**Items listed in a dataset**
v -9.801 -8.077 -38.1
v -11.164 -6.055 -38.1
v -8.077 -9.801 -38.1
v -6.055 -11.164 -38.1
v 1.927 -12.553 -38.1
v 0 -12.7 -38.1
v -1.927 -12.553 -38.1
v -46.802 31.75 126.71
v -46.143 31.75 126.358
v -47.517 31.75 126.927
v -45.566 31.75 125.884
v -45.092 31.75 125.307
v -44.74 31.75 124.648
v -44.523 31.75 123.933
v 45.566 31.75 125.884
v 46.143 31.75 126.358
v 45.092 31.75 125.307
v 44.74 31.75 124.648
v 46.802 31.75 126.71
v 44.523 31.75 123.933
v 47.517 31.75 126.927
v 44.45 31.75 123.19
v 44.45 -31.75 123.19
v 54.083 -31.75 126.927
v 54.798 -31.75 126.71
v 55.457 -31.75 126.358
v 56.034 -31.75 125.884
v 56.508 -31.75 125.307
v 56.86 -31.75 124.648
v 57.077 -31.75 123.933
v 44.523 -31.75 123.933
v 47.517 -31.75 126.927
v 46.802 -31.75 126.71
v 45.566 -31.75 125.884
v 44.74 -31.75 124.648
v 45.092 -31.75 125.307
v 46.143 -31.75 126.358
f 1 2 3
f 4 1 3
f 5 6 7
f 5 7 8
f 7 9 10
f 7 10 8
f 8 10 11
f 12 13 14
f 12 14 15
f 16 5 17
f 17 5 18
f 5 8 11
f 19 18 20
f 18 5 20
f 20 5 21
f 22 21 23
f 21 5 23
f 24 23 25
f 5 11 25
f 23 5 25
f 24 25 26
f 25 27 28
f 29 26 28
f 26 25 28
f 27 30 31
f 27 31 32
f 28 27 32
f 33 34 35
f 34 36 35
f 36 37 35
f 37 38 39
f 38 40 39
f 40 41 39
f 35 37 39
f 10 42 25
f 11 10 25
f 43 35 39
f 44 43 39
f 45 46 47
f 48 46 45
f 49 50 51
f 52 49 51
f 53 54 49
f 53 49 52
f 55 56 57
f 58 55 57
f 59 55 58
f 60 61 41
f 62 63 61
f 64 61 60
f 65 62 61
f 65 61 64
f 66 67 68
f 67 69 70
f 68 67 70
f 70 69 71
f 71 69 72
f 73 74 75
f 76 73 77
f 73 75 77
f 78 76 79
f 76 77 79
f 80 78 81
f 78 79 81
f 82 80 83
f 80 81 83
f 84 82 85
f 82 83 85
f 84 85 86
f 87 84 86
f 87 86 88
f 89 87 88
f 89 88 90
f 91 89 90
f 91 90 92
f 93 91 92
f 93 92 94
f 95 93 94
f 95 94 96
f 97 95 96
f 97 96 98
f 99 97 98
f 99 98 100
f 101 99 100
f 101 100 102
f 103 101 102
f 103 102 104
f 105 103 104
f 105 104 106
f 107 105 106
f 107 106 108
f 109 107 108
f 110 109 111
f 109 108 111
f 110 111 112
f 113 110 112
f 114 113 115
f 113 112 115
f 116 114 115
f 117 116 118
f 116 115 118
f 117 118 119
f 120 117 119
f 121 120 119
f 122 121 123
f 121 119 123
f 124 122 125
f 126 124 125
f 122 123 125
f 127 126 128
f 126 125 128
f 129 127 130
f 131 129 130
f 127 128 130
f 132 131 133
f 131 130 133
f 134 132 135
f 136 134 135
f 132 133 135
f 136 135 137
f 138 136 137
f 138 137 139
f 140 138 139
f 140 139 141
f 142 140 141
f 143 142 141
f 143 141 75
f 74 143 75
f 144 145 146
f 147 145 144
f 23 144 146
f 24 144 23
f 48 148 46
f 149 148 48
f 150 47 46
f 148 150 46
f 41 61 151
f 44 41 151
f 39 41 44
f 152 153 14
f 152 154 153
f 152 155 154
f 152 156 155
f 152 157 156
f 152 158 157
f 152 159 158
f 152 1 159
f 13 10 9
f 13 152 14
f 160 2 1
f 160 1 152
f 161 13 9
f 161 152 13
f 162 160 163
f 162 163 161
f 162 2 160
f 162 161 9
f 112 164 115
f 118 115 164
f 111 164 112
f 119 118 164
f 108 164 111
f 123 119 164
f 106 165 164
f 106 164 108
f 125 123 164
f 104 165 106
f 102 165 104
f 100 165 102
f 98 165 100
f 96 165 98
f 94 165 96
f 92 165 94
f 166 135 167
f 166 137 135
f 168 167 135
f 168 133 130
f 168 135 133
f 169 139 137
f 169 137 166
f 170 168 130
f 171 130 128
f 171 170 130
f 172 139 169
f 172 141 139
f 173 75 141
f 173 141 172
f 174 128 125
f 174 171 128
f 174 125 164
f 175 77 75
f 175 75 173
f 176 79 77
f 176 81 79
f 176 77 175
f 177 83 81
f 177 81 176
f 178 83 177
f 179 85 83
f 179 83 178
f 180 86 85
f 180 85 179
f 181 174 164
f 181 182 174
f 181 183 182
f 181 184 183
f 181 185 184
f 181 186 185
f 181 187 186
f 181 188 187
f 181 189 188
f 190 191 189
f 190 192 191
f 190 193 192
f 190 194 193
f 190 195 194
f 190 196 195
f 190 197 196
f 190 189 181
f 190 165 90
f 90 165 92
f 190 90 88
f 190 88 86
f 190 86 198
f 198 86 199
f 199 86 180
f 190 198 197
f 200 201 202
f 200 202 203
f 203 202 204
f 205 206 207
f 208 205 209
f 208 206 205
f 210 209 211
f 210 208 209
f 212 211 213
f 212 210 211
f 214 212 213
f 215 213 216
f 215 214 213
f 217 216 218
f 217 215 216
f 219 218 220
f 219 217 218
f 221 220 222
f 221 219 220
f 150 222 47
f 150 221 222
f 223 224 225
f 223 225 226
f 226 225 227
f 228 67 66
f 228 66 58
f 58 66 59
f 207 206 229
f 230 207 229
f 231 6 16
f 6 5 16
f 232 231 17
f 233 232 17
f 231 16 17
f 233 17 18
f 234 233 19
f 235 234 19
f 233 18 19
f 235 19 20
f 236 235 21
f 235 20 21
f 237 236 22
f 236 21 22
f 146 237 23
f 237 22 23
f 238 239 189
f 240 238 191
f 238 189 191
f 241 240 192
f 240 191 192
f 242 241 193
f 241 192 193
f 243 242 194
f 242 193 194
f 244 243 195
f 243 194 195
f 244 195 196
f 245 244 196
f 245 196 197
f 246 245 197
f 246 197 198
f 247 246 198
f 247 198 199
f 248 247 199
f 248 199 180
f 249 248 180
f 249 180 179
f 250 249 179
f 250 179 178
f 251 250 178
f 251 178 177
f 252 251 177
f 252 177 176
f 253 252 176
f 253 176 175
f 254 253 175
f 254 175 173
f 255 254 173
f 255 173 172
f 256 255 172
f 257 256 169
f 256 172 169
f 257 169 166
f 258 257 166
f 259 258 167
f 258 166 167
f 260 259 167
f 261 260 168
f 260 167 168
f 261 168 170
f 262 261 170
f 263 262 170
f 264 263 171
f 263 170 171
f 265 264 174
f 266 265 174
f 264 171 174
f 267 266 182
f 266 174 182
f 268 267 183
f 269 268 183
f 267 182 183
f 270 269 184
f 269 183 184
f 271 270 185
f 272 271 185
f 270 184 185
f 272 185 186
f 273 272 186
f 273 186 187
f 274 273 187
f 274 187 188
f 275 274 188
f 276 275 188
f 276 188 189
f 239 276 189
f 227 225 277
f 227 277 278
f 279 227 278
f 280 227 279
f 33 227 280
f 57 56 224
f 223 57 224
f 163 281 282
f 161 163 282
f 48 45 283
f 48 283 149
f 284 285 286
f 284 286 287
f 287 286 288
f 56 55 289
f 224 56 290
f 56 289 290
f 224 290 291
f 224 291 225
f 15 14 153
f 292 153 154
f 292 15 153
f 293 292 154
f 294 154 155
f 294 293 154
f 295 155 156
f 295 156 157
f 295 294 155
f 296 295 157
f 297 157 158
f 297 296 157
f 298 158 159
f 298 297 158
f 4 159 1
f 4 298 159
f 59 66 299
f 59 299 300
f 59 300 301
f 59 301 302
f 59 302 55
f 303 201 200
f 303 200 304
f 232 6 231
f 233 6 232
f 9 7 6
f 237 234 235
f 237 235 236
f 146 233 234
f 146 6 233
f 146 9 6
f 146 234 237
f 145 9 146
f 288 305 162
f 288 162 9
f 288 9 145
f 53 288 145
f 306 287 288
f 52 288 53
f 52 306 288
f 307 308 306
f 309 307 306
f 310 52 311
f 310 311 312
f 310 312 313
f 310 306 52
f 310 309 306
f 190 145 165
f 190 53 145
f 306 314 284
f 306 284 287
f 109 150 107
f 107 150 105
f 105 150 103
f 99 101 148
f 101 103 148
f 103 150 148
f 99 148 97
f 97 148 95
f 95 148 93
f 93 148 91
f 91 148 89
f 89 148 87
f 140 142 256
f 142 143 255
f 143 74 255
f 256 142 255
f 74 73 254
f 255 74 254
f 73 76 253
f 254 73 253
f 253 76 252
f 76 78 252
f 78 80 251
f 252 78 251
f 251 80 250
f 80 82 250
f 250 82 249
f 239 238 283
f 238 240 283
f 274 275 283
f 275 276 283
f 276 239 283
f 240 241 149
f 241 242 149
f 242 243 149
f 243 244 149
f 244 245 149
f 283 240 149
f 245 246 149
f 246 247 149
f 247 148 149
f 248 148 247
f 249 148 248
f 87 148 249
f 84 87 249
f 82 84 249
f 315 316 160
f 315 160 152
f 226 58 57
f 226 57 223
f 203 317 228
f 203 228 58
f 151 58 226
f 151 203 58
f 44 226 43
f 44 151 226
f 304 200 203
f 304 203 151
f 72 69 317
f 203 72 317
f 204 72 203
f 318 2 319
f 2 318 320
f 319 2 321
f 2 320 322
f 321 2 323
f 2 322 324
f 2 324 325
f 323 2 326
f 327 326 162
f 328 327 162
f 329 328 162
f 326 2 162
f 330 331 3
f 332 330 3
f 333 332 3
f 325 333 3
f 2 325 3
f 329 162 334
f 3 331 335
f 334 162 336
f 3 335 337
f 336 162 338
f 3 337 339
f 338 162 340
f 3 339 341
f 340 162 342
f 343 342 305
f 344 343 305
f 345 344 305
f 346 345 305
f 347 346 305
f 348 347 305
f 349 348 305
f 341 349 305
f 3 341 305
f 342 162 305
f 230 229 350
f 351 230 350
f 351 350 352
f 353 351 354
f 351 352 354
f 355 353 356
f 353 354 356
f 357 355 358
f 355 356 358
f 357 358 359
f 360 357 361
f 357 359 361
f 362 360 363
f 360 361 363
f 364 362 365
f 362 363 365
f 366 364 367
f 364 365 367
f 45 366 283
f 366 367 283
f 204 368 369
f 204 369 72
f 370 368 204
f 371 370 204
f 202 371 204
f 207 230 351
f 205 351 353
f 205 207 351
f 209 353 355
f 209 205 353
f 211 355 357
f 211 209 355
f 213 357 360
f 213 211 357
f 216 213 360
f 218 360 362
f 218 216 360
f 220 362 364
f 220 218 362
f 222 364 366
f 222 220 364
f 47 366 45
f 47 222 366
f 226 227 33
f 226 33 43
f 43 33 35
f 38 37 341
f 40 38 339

---

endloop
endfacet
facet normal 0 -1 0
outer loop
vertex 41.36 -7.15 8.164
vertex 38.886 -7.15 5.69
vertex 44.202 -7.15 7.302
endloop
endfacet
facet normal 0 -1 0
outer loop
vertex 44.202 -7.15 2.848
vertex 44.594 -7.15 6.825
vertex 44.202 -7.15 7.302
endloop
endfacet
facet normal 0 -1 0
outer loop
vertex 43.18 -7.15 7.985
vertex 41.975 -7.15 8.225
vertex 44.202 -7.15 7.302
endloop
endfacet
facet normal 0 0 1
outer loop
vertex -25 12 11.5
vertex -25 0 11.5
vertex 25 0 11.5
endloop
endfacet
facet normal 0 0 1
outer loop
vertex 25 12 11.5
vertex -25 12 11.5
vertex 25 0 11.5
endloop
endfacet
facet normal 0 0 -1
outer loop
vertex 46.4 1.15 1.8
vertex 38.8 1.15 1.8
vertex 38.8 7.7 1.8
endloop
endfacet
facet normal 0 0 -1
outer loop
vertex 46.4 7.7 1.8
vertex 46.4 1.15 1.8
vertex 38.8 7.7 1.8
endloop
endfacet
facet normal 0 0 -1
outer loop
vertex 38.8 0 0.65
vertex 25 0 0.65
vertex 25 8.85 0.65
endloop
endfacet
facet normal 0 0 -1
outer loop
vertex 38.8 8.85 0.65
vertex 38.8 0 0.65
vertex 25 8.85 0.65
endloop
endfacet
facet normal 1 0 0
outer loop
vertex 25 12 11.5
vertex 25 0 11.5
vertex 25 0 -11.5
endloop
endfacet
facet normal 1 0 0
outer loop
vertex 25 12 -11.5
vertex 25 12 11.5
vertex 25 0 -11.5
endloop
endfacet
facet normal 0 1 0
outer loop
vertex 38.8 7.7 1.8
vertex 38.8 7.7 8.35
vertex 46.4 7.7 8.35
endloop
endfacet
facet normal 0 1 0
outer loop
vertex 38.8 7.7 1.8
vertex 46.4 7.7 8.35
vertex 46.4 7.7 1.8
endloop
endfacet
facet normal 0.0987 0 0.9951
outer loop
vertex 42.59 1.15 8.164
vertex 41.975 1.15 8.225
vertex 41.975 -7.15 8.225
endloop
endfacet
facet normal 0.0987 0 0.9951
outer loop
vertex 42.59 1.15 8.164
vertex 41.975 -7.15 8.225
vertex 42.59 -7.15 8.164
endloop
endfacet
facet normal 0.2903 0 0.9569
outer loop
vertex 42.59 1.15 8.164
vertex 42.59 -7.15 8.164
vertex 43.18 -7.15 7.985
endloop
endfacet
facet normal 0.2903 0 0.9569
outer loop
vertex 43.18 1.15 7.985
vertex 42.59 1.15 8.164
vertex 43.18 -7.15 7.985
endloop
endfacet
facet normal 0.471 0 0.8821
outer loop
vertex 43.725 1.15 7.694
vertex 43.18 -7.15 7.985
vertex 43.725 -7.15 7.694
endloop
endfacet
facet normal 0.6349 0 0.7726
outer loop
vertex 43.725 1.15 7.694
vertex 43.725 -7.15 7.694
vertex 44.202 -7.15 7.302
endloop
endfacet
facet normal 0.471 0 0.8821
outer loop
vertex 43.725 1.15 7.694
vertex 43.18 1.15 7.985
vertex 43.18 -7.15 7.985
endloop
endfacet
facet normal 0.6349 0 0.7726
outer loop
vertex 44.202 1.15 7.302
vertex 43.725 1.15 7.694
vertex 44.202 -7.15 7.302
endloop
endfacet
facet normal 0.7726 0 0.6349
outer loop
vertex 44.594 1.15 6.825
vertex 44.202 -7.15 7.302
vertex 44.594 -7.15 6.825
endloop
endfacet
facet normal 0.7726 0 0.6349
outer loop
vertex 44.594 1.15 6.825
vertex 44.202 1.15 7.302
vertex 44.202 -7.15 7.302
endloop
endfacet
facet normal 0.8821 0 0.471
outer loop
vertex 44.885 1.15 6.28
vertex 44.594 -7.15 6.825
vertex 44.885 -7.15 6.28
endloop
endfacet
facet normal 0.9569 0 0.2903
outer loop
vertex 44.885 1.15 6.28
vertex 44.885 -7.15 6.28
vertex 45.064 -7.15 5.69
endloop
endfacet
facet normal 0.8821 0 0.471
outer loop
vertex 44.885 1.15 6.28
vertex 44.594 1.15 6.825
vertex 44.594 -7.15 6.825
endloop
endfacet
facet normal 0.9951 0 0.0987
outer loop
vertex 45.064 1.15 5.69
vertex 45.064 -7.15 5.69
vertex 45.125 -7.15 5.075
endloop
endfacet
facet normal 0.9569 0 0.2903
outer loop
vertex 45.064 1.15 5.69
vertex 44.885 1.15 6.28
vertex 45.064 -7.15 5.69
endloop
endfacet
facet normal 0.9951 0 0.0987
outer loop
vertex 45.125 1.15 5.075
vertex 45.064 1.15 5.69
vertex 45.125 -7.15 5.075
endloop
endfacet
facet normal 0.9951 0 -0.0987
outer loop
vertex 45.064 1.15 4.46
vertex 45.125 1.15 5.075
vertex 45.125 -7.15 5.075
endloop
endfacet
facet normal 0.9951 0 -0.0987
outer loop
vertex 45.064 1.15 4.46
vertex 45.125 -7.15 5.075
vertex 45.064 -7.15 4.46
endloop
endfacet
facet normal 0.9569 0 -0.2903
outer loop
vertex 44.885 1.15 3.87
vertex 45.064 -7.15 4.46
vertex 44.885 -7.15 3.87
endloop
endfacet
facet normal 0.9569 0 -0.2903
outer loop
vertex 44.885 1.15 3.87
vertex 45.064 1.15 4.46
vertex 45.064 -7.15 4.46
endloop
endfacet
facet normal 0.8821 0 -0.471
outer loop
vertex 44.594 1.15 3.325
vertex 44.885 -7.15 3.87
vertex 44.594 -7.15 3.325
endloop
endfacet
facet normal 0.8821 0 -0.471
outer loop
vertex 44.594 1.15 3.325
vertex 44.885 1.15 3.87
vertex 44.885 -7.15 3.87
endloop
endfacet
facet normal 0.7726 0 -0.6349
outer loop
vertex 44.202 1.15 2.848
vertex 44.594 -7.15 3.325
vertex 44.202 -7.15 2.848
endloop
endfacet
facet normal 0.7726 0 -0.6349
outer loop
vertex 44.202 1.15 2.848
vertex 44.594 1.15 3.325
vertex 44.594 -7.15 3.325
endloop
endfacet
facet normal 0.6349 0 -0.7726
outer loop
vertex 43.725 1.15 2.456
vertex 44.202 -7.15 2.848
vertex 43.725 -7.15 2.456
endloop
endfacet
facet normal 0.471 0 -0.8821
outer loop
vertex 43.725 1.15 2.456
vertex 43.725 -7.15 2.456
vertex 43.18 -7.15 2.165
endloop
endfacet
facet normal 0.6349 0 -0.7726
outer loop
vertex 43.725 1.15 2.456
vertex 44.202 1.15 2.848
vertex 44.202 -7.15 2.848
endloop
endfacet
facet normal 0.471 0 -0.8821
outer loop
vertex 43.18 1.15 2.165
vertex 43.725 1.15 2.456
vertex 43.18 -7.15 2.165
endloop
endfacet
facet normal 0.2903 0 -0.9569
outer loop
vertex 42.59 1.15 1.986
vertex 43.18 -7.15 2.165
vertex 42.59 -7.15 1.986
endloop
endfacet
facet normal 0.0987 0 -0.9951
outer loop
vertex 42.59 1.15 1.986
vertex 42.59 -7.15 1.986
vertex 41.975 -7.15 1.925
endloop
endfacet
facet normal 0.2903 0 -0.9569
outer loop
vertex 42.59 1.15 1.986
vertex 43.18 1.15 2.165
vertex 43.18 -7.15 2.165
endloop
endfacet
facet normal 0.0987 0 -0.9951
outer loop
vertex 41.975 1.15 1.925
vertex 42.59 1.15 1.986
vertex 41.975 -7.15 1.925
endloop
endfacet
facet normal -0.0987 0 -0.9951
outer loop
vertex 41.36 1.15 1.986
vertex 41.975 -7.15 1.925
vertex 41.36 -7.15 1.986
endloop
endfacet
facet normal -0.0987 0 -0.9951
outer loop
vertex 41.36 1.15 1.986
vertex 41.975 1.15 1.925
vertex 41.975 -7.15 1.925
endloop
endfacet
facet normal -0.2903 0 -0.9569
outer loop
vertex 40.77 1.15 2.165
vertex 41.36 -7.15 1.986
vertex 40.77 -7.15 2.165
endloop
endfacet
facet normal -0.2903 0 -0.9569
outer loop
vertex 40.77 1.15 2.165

**Exercise prompt**
Produce only the lines from the line containing "f 243 242 194" through the line containing "f 292 15 153", inclusive of both, exactly as they stand in the entries above.

**Output for this task**
f 243 242 194
f 242 193 194
f 244 243 195
f 243 194 195
f 244 195 196
f 245 244 196
f 245 196 197
f 246 245 197
f 246 197 198
f 247 246 198
f 247 198 199
f 248 247 199
f 248 199 180
f 249 248 180
f 249 180 179
f 250 249 179
f 250 179 178
f 251 250 178
f 251 178 177
f 252 251 177
f 252 177 176
f 253 252 176
f 253 176 175
f 254 253 175
f 254 175 173
f 255 254 173
f 255 173 172
f 256 255 172
f 257 256 169
f 256 172 169
f 257 169 166
f 258 257 166
f 259 258 167
f 258 166 167
f 260 259 167
f 261 260 168
f 260 167 168
f 261 168 170
f 262 261 170
f 263 262 170
f 264 263 171
f 263 170 171
f 265 264 174
f 266 265 174
f 264 171 174
f 267 266 182
f 266 174 182
f 268 267 183
f 269 268 183
f 267 182 183
f 270 269 184
f 269 183 184
f 271 270 185
f 272 271 185
f 270 184 185
f 272 185 186
f 273 272 186
f 273 186 187
f 274 273 187
f 274 187 188
f 275 274 188
f 276 275 188
f 276 188 189
f 239 276 189
f 227 225 277
f 227 277 278
f 279 227 278
f 280 227 279
f 33 227 280
f 57 56 224
f 223 57 224
f 163 281 282
f 161 163 282
f 48 45 283
f 48 283 149
f 284 285 286
f 284 286 287
f 287 286 288
f 56 55 289
f 224 56 290
f 56 289 290
f 224 290 291
f 224 291 225
f 15 14 153
f 292 153 154
f 292 15 153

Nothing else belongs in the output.